:: TASK DIRECTIONS ::
Go through the listing below and output exactly the line with "e10 v10 v11 LINE", the line with "face PLANE(AX(P(19.304,0,0),D(0,-1,0),D(-1,0,0))) rev", and each line between; omit the rest.

:: RECORD SET ::
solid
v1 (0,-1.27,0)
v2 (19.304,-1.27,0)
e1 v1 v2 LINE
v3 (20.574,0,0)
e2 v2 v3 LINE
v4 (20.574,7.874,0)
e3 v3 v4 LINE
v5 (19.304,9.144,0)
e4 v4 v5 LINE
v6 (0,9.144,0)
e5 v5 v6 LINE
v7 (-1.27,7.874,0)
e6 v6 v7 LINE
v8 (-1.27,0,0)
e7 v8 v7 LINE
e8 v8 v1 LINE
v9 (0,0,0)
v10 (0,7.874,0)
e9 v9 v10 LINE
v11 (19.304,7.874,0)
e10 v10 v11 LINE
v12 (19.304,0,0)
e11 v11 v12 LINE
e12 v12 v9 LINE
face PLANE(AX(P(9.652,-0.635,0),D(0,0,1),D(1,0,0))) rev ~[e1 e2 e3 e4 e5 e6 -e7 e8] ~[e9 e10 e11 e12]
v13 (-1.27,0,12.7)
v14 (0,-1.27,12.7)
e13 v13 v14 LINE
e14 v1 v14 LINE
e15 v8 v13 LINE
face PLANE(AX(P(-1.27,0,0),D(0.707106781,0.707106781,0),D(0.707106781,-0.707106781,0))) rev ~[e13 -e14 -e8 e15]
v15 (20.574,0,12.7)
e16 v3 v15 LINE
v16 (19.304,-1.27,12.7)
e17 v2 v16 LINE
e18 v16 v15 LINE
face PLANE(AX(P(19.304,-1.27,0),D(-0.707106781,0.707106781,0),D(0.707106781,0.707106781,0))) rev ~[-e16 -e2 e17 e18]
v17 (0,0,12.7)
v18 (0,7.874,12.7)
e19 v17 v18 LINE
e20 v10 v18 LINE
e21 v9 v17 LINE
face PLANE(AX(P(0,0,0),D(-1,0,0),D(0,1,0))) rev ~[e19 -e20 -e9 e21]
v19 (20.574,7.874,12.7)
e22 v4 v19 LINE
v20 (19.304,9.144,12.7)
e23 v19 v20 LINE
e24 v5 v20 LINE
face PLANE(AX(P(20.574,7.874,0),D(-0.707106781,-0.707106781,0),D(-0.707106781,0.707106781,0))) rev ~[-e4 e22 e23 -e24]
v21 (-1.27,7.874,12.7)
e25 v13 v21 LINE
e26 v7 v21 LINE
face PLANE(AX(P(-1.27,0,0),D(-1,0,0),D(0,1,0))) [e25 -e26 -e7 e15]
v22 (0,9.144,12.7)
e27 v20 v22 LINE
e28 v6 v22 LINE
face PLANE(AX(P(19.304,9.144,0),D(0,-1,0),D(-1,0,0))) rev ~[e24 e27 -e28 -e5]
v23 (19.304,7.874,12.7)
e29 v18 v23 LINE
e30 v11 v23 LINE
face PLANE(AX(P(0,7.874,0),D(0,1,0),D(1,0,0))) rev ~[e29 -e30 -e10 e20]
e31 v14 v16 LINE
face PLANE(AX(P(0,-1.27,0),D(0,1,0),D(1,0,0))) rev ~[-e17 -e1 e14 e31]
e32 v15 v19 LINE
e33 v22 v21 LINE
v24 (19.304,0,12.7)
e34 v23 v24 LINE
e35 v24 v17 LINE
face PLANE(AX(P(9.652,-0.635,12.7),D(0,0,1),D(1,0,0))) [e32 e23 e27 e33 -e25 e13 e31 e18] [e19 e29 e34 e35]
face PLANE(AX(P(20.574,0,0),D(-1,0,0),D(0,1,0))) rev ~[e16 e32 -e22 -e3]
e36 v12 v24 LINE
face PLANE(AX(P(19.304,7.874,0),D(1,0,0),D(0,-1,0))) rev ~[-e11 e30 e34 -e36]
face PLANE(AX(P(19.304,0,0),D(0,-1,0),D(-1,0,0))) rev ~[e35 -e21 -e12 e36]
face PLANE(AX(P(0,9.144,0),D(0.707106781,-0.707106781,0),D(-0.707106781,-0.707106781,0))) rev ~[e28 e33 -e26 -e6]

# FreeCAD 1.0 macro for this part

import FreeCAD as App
import Part
import Sketcher
Q = App.Units.Quantity

doc = App.newDocument("Part")
params = doc.addObject("Spreadsheet::Sheet", "Params")
for row, (alias, value) in enumerate([
    ("sketch1_width", "0.76 in"),
    ("sketch1_height", "0.31 in"),
    ("pad1_length", "0.5 in"),
    ("sketch2_width", "0.76 in"),
    ("sketch2_height", "0.31 in"),
    ("pad2_length", "0.5 in"),
], start=1):
    params.set(f"A{row}", alias)
    params.set(f"B{row}", "=" + value)
    params.setAlias(f"B{row}", alias)

body = doc.addObject("PartDesign::Body", "Body")

# Sketch on XY plane
sketch1 = doc.addObject("Sketcher::SketchObject", "Sketch")
body.addObject(sketch1)
sketch1.AttachmentSupport = (doc.XY_Plane, [""])
sketch1.MapMode = "FlatFace"
sketch1.addGeometry(Part.LineSegment(App.Vector(-1.3, 7.9, 0), App.Vector(-1.3, 0, 0)), False)
sketch1.addGeometry(Part.LineSegment(App.Vector(-1.3, 0, 0), App.Vector(0, -1.3, 0)), False)
sketch1.addGeometry(Part.LineSegment(App.Vector(0, -1.3, 0), App.Vector(19.3, -1.3, 0)), False)
sketch1.addGeometry(Part.LineSegment(App.Vector(19.3, -1.3, 0), App.Vector(20.6, 0, 0)), False)
sketch1.addGeometry(Part.LineSegment(App.Vector(20.6, 0, 0), App.Vector(20.6, 7.9, 0)), False)
sketch1.addGeometry(Part.LineSegment(App.Vector(20.6, 7.9, 0), App.Vector(19.3, 9.1, 0)), False)
sketch1.addGeometry(Part.LineSegment(App.Vector(19.3, 9.1, 0), App.Vector(0, 9.1, 0)), False)
sketch1.addGeometry(Part.LineSegment(App.Vector(0, 9.1, 0), App.Vector(-1.3, 7.9, 0)), False)
sketch1.addGeometry(Part.LineSegment(App.Vector(19.3, 0, 0), App.Vector(0, 0, 0)), False)
sketch1.addGeometry(Part.LineSegment(App.Vector(0, 0, 0), App.Vector(0, 7.9, 0)), False)
sketch1.addGeometry(Part.LineSegment(App.Vector(0, 7.9, 0), App.Vector(19.3, 7.9, 0)), False)
sketch1.addGeometry(Part.LineSegment(App.Vector(19.3, 7.9, 0), App.Vector(19.3, 0, 0)), False)
sketch1.addConstraint(Sketcher.Constraint("Coincident", 0, 2, 1, 1))
sketch1.addConstraint(Sketcher.Constraint("Coincident", 1, 2, 2, 1))
sketch1.addConstraint(Sketcher.Constraint("Coincident", 2, 2, 3, 1))
sketch1.addConstraint(Sketcher.Constraint("Coincident", 3, 2, 4, 1))
sketch1.addConstraint(Sketcher.Constraint("Coincident", 4, 2, 5, 1))
sketch1.addConstraint(Sketcher.Constraint("Coincident", 5, 2, 6, 1))
sketch1.addConstraint(Sketcher.Constraint("Coincident", 6, 2, 7, 1))
sketch1.addConstraint(Sketcher.Constraint("Coincident", 7, 2, 0, 1))
sketch1.addConstraint(Sketcher.Constraint("Coincident", 8, 2, 9, 1))
sketch1.addConstraint(Sketcher.Constraint("Coincident", 9, 2, 10, 1))
sketch1.addConstraint(Sketcher.Constraint("Coincident", 10, 2, 11, 1))
sketch1.addConstraint(Sketcher.Constraint("Coincident", 11, 2, 8, 1))
sketch1.addConstraint(Sketcher.Constraint("Vertical", 0))
sketch1.addConstraint(Sketcher.Constraint("Horizontal", 2))
sketch1.addConstraint(Sketcher.Constraint("Vertical", 4))
sketch1.addConstraint(Sketcher.Constraint("Horizontal", 6))
sketch1.addConstraint(Sketcher.Constraint("Horizontal", 8))
sketch1.addConstraint(Sketcher.Constraint("Vertical", 9))
sketch1.addConstraint(Sketcher.Constraint("Horizontal", 10))
sketch1.addConstraint(Sketcher.Constraint("Vertical", 11))
sketch1.addConstraint(Sketcher.Constraint("Coincident", 8, 2, -1, 1))
sketch1.addConstraint(Sketcher.Constraint("PointOnObject", 0, 2, -1))
sketch1.addConstraint(Sketcher.Constraint("PointOnObject", 1, 2, -2))
sketch1.addConstraint(Sketcher.Constraint("PointOnObject", 3, 2, -1))
sketch1.addConstraint(Sketcher.Constraint("PointOnObject", 6, 2, -2))
sketch1.addConstraint(Sketcher.Constraint("Perpendicular", 1, 3))
sketch1.addConstraint(Sketcher.Constraint("Perpendicular", 3, 5))
sketch1.addConstraint(Sketcher.Constraint("Perpendicular", 5, 7))
sketch1.addConstraint(Sketcher.Constraint("Horizontal", 4, 2, 7, 2))
sketch1.addConstraint(Sketcher.Constraint("Horizontal", 7, 2, 9, 2))
sketch1.addConstraint(Sketcher.Constraint("Vertical", 2, 2, 5, 2))
sketch1.addConstraint(Sketcher.Constraint("Vertical", 5, 2, 10, 2))
sketch1.addConstraint(Sketcher.Constraint("DistanceX", 2, 1, 2, 2, Q("0.76 in")))
sketch1.addConstraint(Sketcher.Constraint("DistanceY", 0, 2, 0, 1, Q("0.31 in")))
sketch1.addConstraint(Sketcher.Constraint("DistanceX", 0, 2, -1, 1, Q("0.05 in")))
sketch1.setExpression("Constraints[32]", "Params.sketch1_width")
sketch1.setExpression("Constraints[33]", "Params.sketch1_height")
pad1 = doc.addObject("PartDesign::Pad", "Pad")
body.addObject(pad1)
pad1.Profile = sketch1
pad1.setExpression("Length", "Params.pad1_length")

# Sketch on XY plane
sketch2 = doc.addObject("Sketcher::SketchObject", "Sketch001")
body.addObject(sketch2)
sketch2.AttachmentSupport = (doc.XY_Plane, [""])
sketch2.MapMode = "FlatFace"
sketch2.addGeometry(Part.LineSegment(App.Vector(20.6, 0, 0), App.Vector(20.6, 7.9, 0)), False)
sketch2.addGeometry(Part.LineSegment(App.Vector(20.6, 7.9, 0), App.Vector(19.3, 9.1, 0)), False)
sketch2.addGeometry(Part.LineSegment(App.Vector(19.3, 9.1, 0), App.Vector(0, 9.1, 0)), False)
sketch2.addGeometry(Part.LineSegment(App.Vector(0, 9.1, 0), App.Vector(-1.3, 7.9, 0)), False)
sketch2.addGeometry(Part.LineSegment(App.Vector(-1.3, 7.9, 0), App.Vector(-1.3, 0, 0)), False)
sketch2.addGeometry(Part.LineSegment(App.Vector(-1.3, 0, 0), App.Vector(0, -1.3, 0)), False)
sketch2.addGeometry(Part.LineSegment(App.Vector(0, -1.3, 0), App.Vector(19.3, -1.3, 0)), False)
sketch2.addGeometry(Part.LineSegment(App.Vector(19.3, -1.3, 0), App.Vector(20.6, 0, 0)), False)
sketch2.addGeometry(Part.LineSegment(App.Vector(19.3, 7.9, 0), App.Vector(19.3, 0, 0)), False)
sketch2.addGeometry(Part.LineSegment(App.Vector(19.3, 0, 0), App.Vector(0, 0, 0)), False)
sketch2.addGeometry(Part.LineSegment(App.Vector(0, 0, 0), App.Vector(0, 7.9, 0)), False)
sketch2.addGeometry(Part.LineSegment(App.Vector(0, 7.9, 0), App.Vector(19.3, 7.9, 0)), False)
sketch2.addConstraint(Sketcher.Constraint("Coincident", 0, 2, 1, 1))
sketch2.addConstraint(Sketcher.Constraint("Coincident", 1, 2, 2, 1))
sketch2.addConstraint(Sketcher.Constraint("Coincident", 2, 2, 3, 1))
sketch2.addConstraint(Sketcher.Constraint("Coincident", 3, 2, 4, 1))
sketch2.addConstraint(Sketcher.Constraint("Coincident", 4, 2, 5, 1))
sketch2.addConstraint(Sketcher.Constraint("Coincident", 5, 2, 6, 1))
sketch2.addConstraint(Sketcher.Constraint("Coincident", 6, 2, 7, 1))
sketch2.addConstraint(Sketcher.Constraint("Coincident", 7, 2, 0, 1))
sketch2.addConstraint(Sketcher.Constraint("Coincident", 8, 2, 9, 1))
sketch2.addConstraint(Sketcher.Constraint("Coincident", 9, 2, 10, 1))
sketch2.addConstraint(Sketcher.Constraint("Coincident", 10, 2, 11, 1))
sketch2.addConstraint(Sketcher.Constraint("Coincident", 11, 2, 8, 1))
sketch2.addConstraint(Sketcher.Constraint("Vertical", 0))
sketch2.addConstraint(Sketcher.Constraint("Horizontal", 2))
sketch2.addConstraint(Sketcher.Constraint("Vertical", 4))
sketch2.addConstraint(Sketcher.Constraint("Horizontal", 6))
sketch2.addConstraint(Sketcher.Constraint("Vertical", 8))
sketch2.addConstraint(Sketcher.Constraint("Horizontal", 9))
sketch2.addConstraint(Sketcher.Constraint("Vertical", 10))
sketch2.addConstraint(Sketcher.Constraint("Horizontal", 11))
sketch2.addConstraint(Sketcher.Constraint("Coincident", 9, 2, -1, 1))
sketch2.addConstraint(Sketcher.Constraint("PointOnObject", 2, 2, -2))
sketch2.addConstraint(Sketcher.Constraint("PointOnObject", 4, 2, -1))
sketch2.addConstraint(Sketcher.Constraint("PointOnObject", 5, 2, -2))
sketch2.addConstraint(Sketcher.Constraint("PointOnObject", 7, 2, -1))
sketch2.addConstraint(Sketcher.Constraint("Perpendicular", 1, 3))
sketch2.addConstraint(Sketcher.Constraint("Perpendicular", 3, 5))
sketch2.addConstraint(Sketcher.Constraint("Perpendicular", 5, 7))
sketch2.addConstraint(Sketcher.Constraint("Horizontal", 0, 2, 3, 2))
sketch2.addConstraint(Sketcher.Constraint("Horizontal", 3, 2, 10, 2))
sketch2.addConstraint(Sketcher.Constraint("Vertical", 1, 2, 6, 2))
sketch2.addConstraint(Sketcher.Constraint("Vertical", 6, 2, 8, 2))
sketch2.addConstraint(Sketcher.Constraint("DistanceX", 2, 2, 2, 1, Q("0.76 in")))
sketch2.addConstraint(Sketcher.Constraint("DistanceY", 0, 1, 0, 2, Q("0.31 in")))
sketch2.addConstraint(Sketcher.Constraint("DistanceX", -1, 1, 0, 2, Q("0.81 in")))
sketch2.setExpression("Constraints[32]", "Params.sketch2_width")
sketch2.setExpression("Constraints[33]", "Params.sketch2_height")
pad2 = doc.addObject("PartDesign::Pad", "Pad001")
body.addObject(pad2)
pad2.Profile = sketch2
pad2.setExpression("Length", "Params.pad2_length")

doc.recompute()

:: RESULT ::
e10 v10 v11 LINE
v12 (19.304,0,0)
e11 v11 v12 LINE
e12 v12 v9 LINE
face PLANE(AX(P(9.652,-0.635,0),D(0,0,1),D(1,0,0))) rev ~[e1 e2 e3 e4 e5 e6 -e7 e8] ~[e9 e10 e11 e12]
v13 (-1.27,0,12.7)
v14 (0,-1.27,12.7)
e13 v13 v14 LINE
e14 v1 v14 LINE
e15 v8 v13 LINE
face PLANE(AX(P(-1.27,0,0),D(0.707106781,0.707106781,0),D(0.707106781,-0.707106781,0))) rev ~[e13 -e14 -e8 e15]
v15 (20.574,0,12.7)
e16 v3 v15 LINE
v16 (19.304,-1.27,12.7)
e17 v2 v16 LINE
e18 v16 v15 LINE
face PLANE(AX(P(19.304,-1.27,0),D(-0.707106781,0.707106781,0),D(0.707106781,0.707106781,0))) rev ~[-e16 -e2 e17 e18]
v17 (0,0,12.7)
v18 (0,7.874,12.7)
e19 v17 v18 LINE
e20 v10 v18 LINE
e21 v9 v17 LINE
face PLANE(AX(P(0,0,0),D(-1,0,0),D(0,1,0))) rev ~[e19 -e20 -e9 e21]
v19 (20.574,7.874,12.7)
e22 v4 v19 LINE
v20 (19.304,9.144,12.7)
e23 v19 v20 LINE
e24 v5 v20 LINE
face PLANE(AX(P(20.574,7.874,0),D(-0.707106781,-0.707106781,0),D(-0.707106781,0.707106781,0))) rev ~[-e4 e22 e23 -e24]
v21 (-1.27,7.874,12.7)
e25 v13 v21 LINE
e26 v7 v21 LINE
face PLANE(AX(P(-1.27,0,0),D(-1,0,0),D(0,1,0))) [e25 -e26 -e7 e15]
v22 (0,9.144,12.7)
e27 v20 v22 LINE
e28 v6 v22 LINE
face PLANE(AX(P(19.304,9.144,0),D(0,-1,0),D(-1,0,0))) rev ~[e24 e27 -e28 -e5]
v23 (19.304,7.874,12.7)
e29 v18 v23 LINE
e30 v11 v23 LINE
face PLANE(AX(P(0,7.874,0),D(0,1,0),D(1,0,0))) rev ~[e29 -e30 -e10 e20]
e31 v14 v16 LINE
face PLANE(AX(P(0,-1.27,0),D(0,1,0),D(1,0,0))) rev ~[-e17 -e1 e14 e31]
e32 v15 v19 LINE
e33 v22 v21 LINE
v24 (19.304,0,12.7)
e34 v23 v24 LINE
e35 v24 v17 LINE
face PLANE(AX(P(9.652,-0.635,12.7),D(0,0,1),D(1,0,0))) [e32 e23 e27 e33 -e25 e13 e31 e18] [e19 e29 e34 e35]
face PLANE(AX(P(20.574,0,0),D(-1,0,0),D(0,1,0))) rev ~[e16 e32 -e22 -e3]
e36 v12 v24 LINE
face PLANE(AX(P(19.304,7.874,0),D(1,0,0),D(0,-1,0))) rev ~[-e11 e30 e34 -e36]
face PLANE(AX(P(19.304,0,0),D(0,-1,0),D(-1,0,0))) rev ~[e35 -e21 -e12 e36]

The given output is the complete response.